For the listing that follows, give again exactly the lines from the one with "# Schizzo1 →" to the one with "Line((0, 120), (27.957459223, 119.728070778))", including both.

───── Dataset content

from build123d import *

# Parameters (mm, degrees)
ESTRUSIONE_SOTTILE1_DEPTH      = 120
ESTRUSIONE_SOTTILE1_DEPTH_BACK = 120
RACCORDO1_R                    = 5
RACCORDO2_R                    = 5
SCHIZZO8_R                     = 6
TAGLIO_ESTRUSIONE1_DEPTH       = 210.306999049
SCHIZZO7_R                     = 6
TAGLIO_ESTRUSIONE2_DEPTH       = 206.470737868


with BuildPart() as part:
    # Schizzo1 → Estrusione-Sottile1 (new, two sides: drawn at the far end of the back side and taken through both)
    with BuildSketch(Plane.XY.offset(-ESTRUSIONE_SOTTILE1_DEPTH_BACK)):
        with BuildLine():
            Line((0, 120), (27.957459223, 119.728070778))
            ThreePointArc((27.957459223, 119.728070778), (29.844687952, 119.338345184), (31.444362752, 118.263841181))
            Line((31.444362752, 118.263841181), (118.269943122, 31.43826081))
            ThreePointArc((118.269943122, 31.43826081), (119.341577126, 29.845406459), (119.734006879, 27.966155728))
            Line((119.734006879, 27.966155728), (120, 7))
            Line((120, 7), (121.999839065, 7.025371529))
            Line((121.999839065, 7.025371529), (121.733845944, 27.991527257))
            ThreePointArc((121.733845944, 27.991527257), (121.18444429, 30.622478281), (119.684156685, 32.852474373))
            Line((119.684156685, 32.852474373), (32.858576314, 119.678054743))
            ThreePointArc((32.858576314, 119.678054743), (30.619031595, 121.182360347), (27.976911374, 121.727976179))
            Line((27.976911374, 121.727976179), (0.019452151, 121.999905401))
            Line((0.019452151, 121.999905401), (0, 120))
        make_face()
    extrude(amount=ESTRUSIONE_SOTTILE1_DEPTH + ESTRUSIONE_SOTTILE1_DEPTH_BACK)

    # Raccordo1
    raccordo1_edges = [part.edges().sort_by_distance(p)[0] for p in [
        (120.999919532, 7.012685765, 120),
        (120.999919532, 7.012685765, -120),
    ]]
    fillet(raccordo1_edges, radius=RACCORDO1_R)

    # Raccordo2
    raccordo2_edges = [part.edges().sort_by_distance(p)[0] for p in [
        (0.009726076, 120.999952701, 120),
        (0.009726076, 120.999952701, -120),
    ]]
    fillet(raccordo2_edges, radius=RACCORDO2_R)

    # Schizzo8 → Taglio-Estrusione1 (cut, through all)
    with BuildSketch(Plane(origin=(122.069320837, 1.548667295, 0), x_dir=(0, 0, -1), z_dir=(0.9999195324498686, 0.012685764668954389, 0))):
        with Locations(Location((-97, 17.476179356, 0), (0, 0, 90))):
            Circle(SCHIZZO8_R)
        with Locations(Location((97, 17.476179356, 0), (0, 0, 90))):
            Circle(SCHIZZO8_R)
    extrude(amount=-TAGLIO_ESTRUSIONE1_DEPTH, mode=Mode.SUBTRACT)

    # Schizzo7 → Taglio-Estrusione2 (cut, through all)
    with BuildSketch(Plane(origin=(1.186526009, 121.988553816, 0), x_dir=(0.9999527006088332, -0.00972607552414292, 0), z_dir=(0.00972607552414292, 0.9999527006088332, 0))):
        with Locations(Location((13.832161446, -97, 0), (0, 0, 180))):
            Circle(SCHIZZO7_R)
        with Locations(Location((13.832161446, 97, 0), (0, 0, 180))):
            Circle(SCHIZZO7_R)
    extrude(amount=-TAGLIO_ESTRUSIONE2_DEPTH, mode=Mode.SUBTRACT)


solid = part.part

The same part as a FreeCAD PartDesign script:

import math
import FreeCAD as App
import Part
import Sketcher
from FreeCAD import Vector
Q = App.Units.Quantity


def edges_at(feature, points):
    """Names of the edges that pass closest to the given points."""
    edges = feature.Shape.Edges
    near = lambda p: min(range(len(edges)), key=lambda i: edges[i].distToShape(Part.Vertex(*p))[0])
    return sorted({f"Edge{near(p) + 1}" for p in points})

doc = App.newDocument("Part")
params = doc.addObject("Spreadsheet::Sheet", "Params")
for row, (alias, value) in enumerate([
    ("sketch1_radius", "5 mm"),
    ("sketch1_radius2", "7 mm"),
    ("pad1_length", "120 mm"),
    ("pad1_length2", "120 mm"),
    ("fillet_radius", "5 mm"),
    ("fillet2_radius", "5 mm"),
    ("sketch2_diameter", "12 mm"),
    ("sketch3_diameter", "12 mm"),
], start=1):
    params.set(f"A{row}", alias)
    params.set(f"B{row}", "=" + value)
    params.setAlias(f"B{row}", alias)

body = doc.addObject("PartDesign::Body", "Body")

# Sketch on XY plane
sketch1 = body.newObject("Sketcher::SketchObject", "Sketch")
sketch1.AttachmentSupport = (doc.getObject("XY_Plane"), [""])
sketch1.MapMode = "FlatFace"
sketch1.addGeometry(Part.LineSegment(Vector(0, 120, 0), Vector(28, 119.7, 0)), False)
sketch1.addGeometry(Part.ArcOfCircle(Part.Circle(Vector(27.9, 114.7, 0), Vector(0, 0, 1), 5), math.radians(45), math.radians(89)), False)
sketch1.addGeometry(Part.LineSegment(Vector(31.4, 118.3, 0), Vector(118.3, 31.4, 0)), False)
sketch1.addGeometry(Part.ArcOfCircle(Part.Circle(Vector(114.7, 27.9, 0), Vector(0, 0, 1), 5), math.radians(1), math.radians(45)), False)
sketch1.addGeometry(Part.LineSegment(Vector(119.7, 28, 0), Vector(120, 7, 0)), False)
sketch1.addGeometry(Part.LineSegment(Vector(120, 7, 0), Vector(122, 7, 0)), False)
sketch1.addGeometry(Part.LineSegment(Vector(122, 7, 0), Vector(121.7, 28, 0)), False)
sketch1.addGeometry(Part.ArcOfCircle(Part.Circle(Vector(114.7, 27.9, 0), Vector(0, 0, 1), 7), math.radians(1), math.radians(45)), False)
sketch1.addGeometry(Part.LineSegment(Vector(119.7, 32.9, 0), Vector(32.9, 119.7, 0)), False)
sketch1.addGeometry(Part.ArcOfCircle(Part.Circle(Vector(27.9, 114.7, 0), Vector(0, 0, 1), 7), math.radians(45), math.radians(89)), False)
sketch1.addGeometry(Part.LineSegment(Vector(28, 121.7, 0), Vector(0, 122, 0)), False)
sketch1.addGeometry(Part.LineSegment(Vector(0, 122, 0), Vector(0, 120, 0)), False)
sketch1.addConstraint(Sketcher.Constraint("Tangent", 0, 2, 1, 2))
sketch1.addConstraint(Sketcher.Constraint("Tangent", 1, 1, 2, 1))
sketch1.addConstraint(Sketcher.Constraint("Tangent", 2, 2, 3, 2))
sketch1.addConstraint(Sketcher.Constraint("Tangent", 3, 1, 4, 1))
sketch1.addConstraint(Sketcher.Constraint("Coincident", 4, 2, 5, 1))
sketch1.addConstraint(Sketcher.Constraint("Coincident", 5, 2, 6, 1))
sketch1.addConstraint(Sketcher.Constraint("Tangent", 6, 2, 7, 1))
sketch1.addConstraint(Sketcher.Constraint("Tangent", 7, 2, 8, 1))
sketch1.addConstraint(Sketcher.Constraint("Tangent", 8, 2, 9, 1))
sketch1.addConstraint(Sketcher.Constraint("Tangent", 9, 2, 10, 1))
sketch1.addConstraint(Sketcher.Constraint("Coincident", 10, 2, 11, 1))
sketch1.addConstraint(Sketcher.Constraint("Coincident", 11, 2, 0, 1))
sketch1.addConstraint(Sketcher.Constraint("Coincident", 7, 3, 3, 3))
sketch1.addConstraint(Sketcher.Constraint("Coincident", 9, 3, 1, 3))
sketch1.addConstraint(Sketcher.Constraint("Equal", 1, 3))
sketch1.addConstraint(Sketcher.Constraint("Equal", 7, 9))
sketch1.addConstraint(Sketcher.Constraint("PointOnObject", 11, 2, -2))
sketch1.addConstraint(Sketcher.Constraint("Perpendicular", 4, 5))
sketch1.addConstraint(Sketcher.Constraint("Perpendicular", 5, 6))
sketch1.addConstraint(Sketcher.Constraint("Parallel", 0, 10))
sketch1.addConstraint(Sketcher.Constraint("Perpendicular", 10, 11))
sketch1.addConstraint(Sketcher.Constraint("Radius", 1, Q("5 mm")))
sketch1.addConstraint(Sketcher.Constraint("Radius", 7, Q("7 mm")))
sketch1.addConstraint(Sketcher.Constraint("Angle", 2, Q("-45 deg")))
sketch1.addConstraint(Sketcher.Constraint("DistanceX", -1, 1, 4, 2, Q("120 mm")))
sketch1.addConstraint(Sketcher.Constraint("DistanceY", -1, 1, 4, 2, Q("7 mm")))
sketch1.addConstraint(Sketcher.Constraint("DistanceY", -1, 1, 11, 2, Q("120 mm")))
sketch1.addConstraint(Sketcher.Constraint("DistanceY", 3, 3, 6, 2, Q("0.0888 mm")))
sketch1.addConstraint(Sketcher.Constraint("DistanceY", 9, 3, 10, 2, Q("7.271598 mm")))
sketch1.addConstraint(Sketcher.Constraint("Distance", 0, Q("27.958782 mm")))
sketch1.setExpression("Constraints[21]", "Params.sketch1_radius")
sketch1.setExpression("Constraints[22]", "Params.sketch1_radius2")
pad1 = body.newObject("PartDesign::Pad", "Pad")
pad1.Profile = sketch1
pad1.Type = "TwoLengths"
pad1.setExpression("Length", "Params.pad1_length")
pad1.setExpression("Length2", "Params.pad1_length2")
doc.recompute()

fillet = body.newObject("PartDesign::Fillet", "Fillet")
fillet.Base = (pad1, edges_at(pad1, [(121, 7.013, 120), (121, 7.013, -120)]))
fillet.setExpression("Radius", "Params.fillet_radius")
doc.recompute()

fillet2 = body.newObject("PartDesign::Fillet", "Fillet001")
fillet2.Base = (fillet, edges_at(fillet, [(0.01, 121, 120), (0.01, 121, -120)]))
fillet2.setExpression("Radius", "Params.fillet2_radius")

# Sketch on an angled plane
sketch2 = body.newObject("Sketcher::SketchObject", "Sketch001")
sketch2.Placement = App.Placement(Vector(122.069321, 1.548667, 0), App.Rotation(Vector(0, 0, -1), Vector(-0.012685765, 0.999919532, 0), Vector(0.999919532, 0.012685765, 0), "ZXY"))
sketch2.addGeometry(Part.Circle(Vector(-97, 17, 0), Vector(0, 0, 1), 6), False)
sketch2.addGeometry(Part.Circle(Vector(97, 17, 0), Vector(0, 0, 1), 6), False)
sketch2.addConstraint(Sketcher.Constraint("Equal", 0, 1))
sketch2.addConstraint(Sketcher.Constraint("Symmetric", 0, 3, 1, 3, -2))
sketch2.addConstraint(Sketcher.Constraint("Diameter", 0, Q("12 mm")))
sketch2.addConstraint(Sketcher.Constraint("DistanceX", 0, 3, -1, 1, Q("97 mm")))
sketch2.addConstraint(Sketcher.Constraint("DistanceY", -1, 1, 0, 3, Q("17.476179 mm")))
sketch2.setExpression("Constraints[2]", "Params.sketch2_diameter")
pocket1 = body.newObject("PartDesign::Pocket", "Pocket")
pocket1.Profile = sketch2
pocket1.Type = "ThroughAll"

# Sketch on an angled plane
sketch3 = body.newObject("Sketcher::SketchObject", "Sketch002")
sketch3.Placement = App.Placement(Vector(1.186526, 121.988554, 0), App.Rotation(Vector(0.999952701, -0.009726076, 0), Vector(0, 0, -1.000000001), Vector(0.009726076, 0.999952701, 0), "ZXY"))
sketch3.addGeometry(Part.Circle(Vector(14, -97, 0), Vector(0, 0, 1), 6), False)
sketch3.addGeometry(Part.Circle(Vector(14, 97, 0), Vector(0, 0, 1), 6), False)
sketch3.addConstraint(Sketcher.Constraint("Equal", 0, 1))
sketch3.addConstraint(Sketcher.Constraint("Symmetric", 0, 3, 1, 3, -1))
sketch3.addConstraint(Sketcher.Constraint("Diameter", 0, Q("12 mm")))
sketch3.addConstraint(Sketcher.Constraint("DistanceY", 0, 3, -1, 1, Q("97 mm")))
sketch3.addConstraint(Sketcher.Constraint("DistanceX", -1, 1, 0, 3, Q("13.832161 mm")))
sketch3.setExpression("Constraints[2]", "Params.sketch3_diameter")
pocket2 = body.newObject("PartDesign::Pocket", "Pocket001")
pocket2.Profile = sketch3
pocket2.Type = "ThroughAll"

doc.recompute()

──────────

[Output]
    # Schizzo1 → Estrusione-Sottile1 (new, two sides: drawn at the far end of the back side and taken through both)
    with BuildSketch(Plane.XY.offset(-ESTRUSIONE_SOTTILE1_DEPTH_BACK)):
        with BuildLine():
            Line((0, 120), (27.957459223, 119.728070778))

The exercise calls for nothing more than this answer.